Grefenson knew Kowalczyk wanted to mount a new defense: that he was mentally incompetent to stand trial.

He told the court he'd seen Kowalczyk carry out legal research and prepare complex motions. "I have not seen anything…which leads me to suspect that the defendant is not competent to aid and assist in his own defense," Grefenson told the court in October 2012.

Grefenson got off the case after Kowalczyk filed a lawsuit and bar complaint against him. (Both have since been dismissed.) Judge King gave Kowalczyk one more chance, appointing veteran Clackamas lawyer Mark Cross to represent him. If he fired Cross or sued him, King said, the court would view that as a waiver of his right to representation. Facing the same treatment as the other attorneys, Cross lasted six months.


The other federal judge on the case, Mosman, ruled in May 2013 that Kowalczyk had exhausted his right to a lawyer. Twice, the U.S. 9th Circuit Court of Appeals has rejected Kowalczyk's plea for another court-appointed attorney.

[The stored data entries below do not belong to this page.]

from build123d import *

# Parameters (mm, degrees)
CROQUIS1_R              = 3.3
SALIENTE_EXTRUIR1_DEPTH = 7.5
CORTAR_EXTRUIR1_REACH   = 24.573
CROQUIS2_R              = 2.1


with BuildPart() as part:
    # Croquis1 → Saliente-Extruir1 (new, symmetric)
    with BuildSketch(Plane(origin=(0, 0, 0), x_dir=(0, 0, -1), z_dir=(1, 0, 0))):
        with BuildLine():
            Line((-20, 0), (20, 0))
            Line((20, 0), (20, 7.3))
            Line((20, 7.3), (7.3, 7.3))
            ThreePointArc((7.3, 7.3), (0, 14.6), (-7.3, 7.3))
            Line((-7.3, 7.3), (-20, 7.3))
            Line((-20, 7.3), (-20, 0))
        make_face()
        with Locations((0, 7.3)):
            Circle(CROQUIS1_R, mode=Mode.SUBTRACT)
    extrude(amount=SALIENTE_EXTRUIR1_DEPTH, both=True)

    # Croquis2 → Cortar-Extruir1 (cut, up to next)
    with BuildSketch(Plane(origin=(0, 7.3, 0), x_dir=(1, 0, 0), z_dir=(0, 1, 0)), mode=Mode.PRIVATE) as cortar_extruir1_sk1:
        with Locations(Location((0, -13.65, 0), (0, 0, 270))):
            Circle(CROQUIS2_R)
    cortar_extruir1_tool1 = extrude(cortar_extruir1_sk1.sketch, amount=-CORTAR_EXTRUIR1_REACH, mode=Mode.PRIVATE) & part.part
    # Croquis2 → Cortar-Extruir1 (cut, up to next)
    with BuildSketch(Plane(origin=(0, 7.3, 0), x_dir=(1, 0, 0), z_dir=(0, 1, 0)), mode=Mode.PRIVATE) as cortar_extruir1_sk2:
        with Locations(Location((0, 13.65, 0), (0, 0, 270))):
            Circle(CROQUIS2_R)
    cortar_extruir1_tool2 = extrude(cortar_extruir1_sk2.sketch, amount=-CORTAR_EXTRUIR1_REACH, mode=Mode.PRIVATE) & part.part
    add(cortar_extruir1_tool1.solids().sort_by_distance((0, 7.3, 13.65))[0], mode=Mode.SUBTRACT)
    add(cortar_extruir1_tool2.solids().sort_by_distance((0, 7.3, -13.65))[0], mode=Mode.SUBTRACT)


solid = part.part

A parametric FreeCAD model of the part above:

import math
import FreeCAD as App
import Part
import Sketcher

doc = App.newDocument("Part")
body = doc.addObject("PartDesign::Body", "Body")

# Sketch on YZ plane
sketch1 = body.newObject("Sketcher::SketchObject", "Sketch")
sketch1.AttachmentSupport = (doc.getObject("YZ_Plane"), [""])
sketch1.MapMode = "FlatFace"
sketch1.addGeometry([
    Part.LineSegment(App.Vector(0, 20, 0), App.Vector(0, -20, 0)),  # 0
    Part.LineSegment(App.Vector(0, -20, 0), App.Vector(7.3, -20, 0)),  # 1
    Part.LineSegment(App.Vector(7.3, -20, 0), App.Vector(7.3, -7.3, 0)),  # 2
    Part.ArcOfCircle(Part.Circle(App.Vector(7.3, 0, 0), App.Vector(0, 0, 1), 7.3), math.radians(-90), math.radians(90)),  # 3
    Part.LineSegment(App.Vector(7.3, 7.3, 0), App.Vector(7.3, 20, 0)),  # 4
    Part.LineSegment(App.Vector(7.3, 20, 0), App.Vector(0, 20, 0)),  # 5
    Part.Circle(App.Vector(7.3, 0, 0), App.Vector(0, 0, 1), 3.3),  # 6
], False)
sketch1.addConstraint([
    Sketcher.Constraint("Coincident", 0, 2, 1, 1),
    Sketcher.Constraint("Coincident", 1, 2, 2, 1),
    Sketcher.Constraint("Coincident", 2, 2, 3, 1),
    Sketcher.Constraint("Coincident", 3, 2, 4, 1),
    Sketcher.Constraint("Coincident", 4, 2, 5, 1),
    Sketcher.Constraint("Coincident", 5, 2, 0, 1),
    Sketcher.Constraint("Vertical", 0),
    Sketcher.Constraint("Horizontal", 1),
    Sketcher.Constraint("Vertical", 2),
    Sketcher.Constraint("Vertical", 4),
    Sketcher.Constraint("Horizontal", 5),
    Sketcher.Constraint("Coincident", 6, 3, 3, 3),
    Sketcher.Constraint("Symmetric", 0, 2, 5, 2, -1, 1),
    Sketcher.Constraint("Symmetric", 2, 2, 3, 2, -1),
    Sketcher.Constraint("Vertical", 6, 3, 1, 2),
    Sketcher.Constraint("Diameter", 6, 6.6),
    Sketcher.Constraint("Radius", 3, 7.3),
    Sketcher.Constraint("DistanceY", 0, 2, 0, 1, 40.0),
    Sketcher.Constraint("DistanceX", 1, 1, 1, 2, 7.3),
])
pad1 = body.newObject("PartDesign::Pad", "Pad")
pad1.Profile = sketch1
pad1.Length = 15
pad1.Midplane = True

# Sketch on XZ plane
sketch2 = body.newObject("Sketcher::SketchObject", "Sketch001")
sketch2.AttachmentSupport = (doc.getObject("XZ_Plane"), [""])
sketch2.MapMode = "FlatFace"
sketch2.AttachmentOffset = App.Placement(App.Vector(0, 0, -7.3), App.Rotation())
sketch2.addGeometry(Part.Circle(App.Vector(0, 13.7, 0), App.Vector(0, 0, 1), 2.1), False)
sketch2.addConstraint([
    Sketcher.Constraint("PointOnObject", 0, 3, -2),
    Sketcher.Constraint("Diameter", 0, 4.2),
    Sketcher.Constraint("DistanceY", -1, 1, 0, 3, 13.65),
])
pocket1 = body.newObject("PartDesign::Pocket", "Pocket")
pocket1.Profile = sketch2
pocket1.Type = "UpToFirst"
pocket1.Reversed = True

# Sketch on XZ plane
sketch3 = body.newObject("Sketcher::SketchObject", "Sketch002")
sketch3.AttachmentSupport = (doc.getObject("XZ_Plane"), [""])
sketch3.MapMode = "FlatFace"
sketch3.AttachmentOffset = App.Placement(App.Vector(0, 0, -7.3), App.Rotation())
sketch3.addGeometry(Part.Circle(App.Vector(0, -13.7, 0), App.Vector(0, 0, 1), 2.1), False)
sketch3.addConstraint([
    Sketcher.Constraint("PointOnObject", 0, 3, -2),
    Sketcher.Constraint("Diameter", 0, 4.2),
    Sketcher.Constraint("DistanceY", 0, 3, -1, 1, 13.65),
])
pocket2 = body.newObject("PartDesign::Pocket", "Pocket001")
pocket2.Profile = sketch3
pocket2.Type = "UpToFirst"
pocket2.Reversed = True

doc.recompute()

Donald True, a Portland clinical psychologist hired by John Kowalczyk, told the court earlier this month that Andrew Kowalczyk is unfit. John Kowalczyk tells WW that his son hears voices, sees things that aren't there and believes his lawyers have been colluding with the government as part of "Satan's army” to put him away for life. 

"It doesn't benefit him to stay in the Multnomah County Jail," John Kowalczyk says. "He's gained nearly 200 pounds and has all kind of health issues."

The government's psychologist says Kowalczyk's insanity plea is "disingenuous" and "contrived." "It is clear that Mr. Kowalczyk is malingering," clinical psychologist Richart DeMier wrote in an evaluation last June. 

After hearing testimony earlier this month from both experts, Judge Mosman will review the reports and rule whether Kowalczyk can stand trial. 

"The legal test is only these two main issues: Do you understand the charges against you, and can you assist in your defense?" explains Valerie Hans, a professor at Cornell University Law School. "If he's filing motions without any help, I would guess the judge would look very favorably on that."

If a defendant is found incompetent, Hans says, he wouldn't be set free. "It's not like you're going to a country club," she says. "It would be a secure facility dealing with people who have a combination of criminal activity and mental health problems."

The toddlers Kowalczyk allegedly abused might not recall the crimes or be called to testify. But they are nearly teenagers today and have been kept in limbo by Kowalczyk's actions.

"Seven years, 13 continuances and nine lawyers—this is appalling," says Meg Garvin, executive director of the National Crime Victim Law Institute at Lewis & Clark Law School. "You can't really grapple with the next stage of your life when this stage is not completely over.”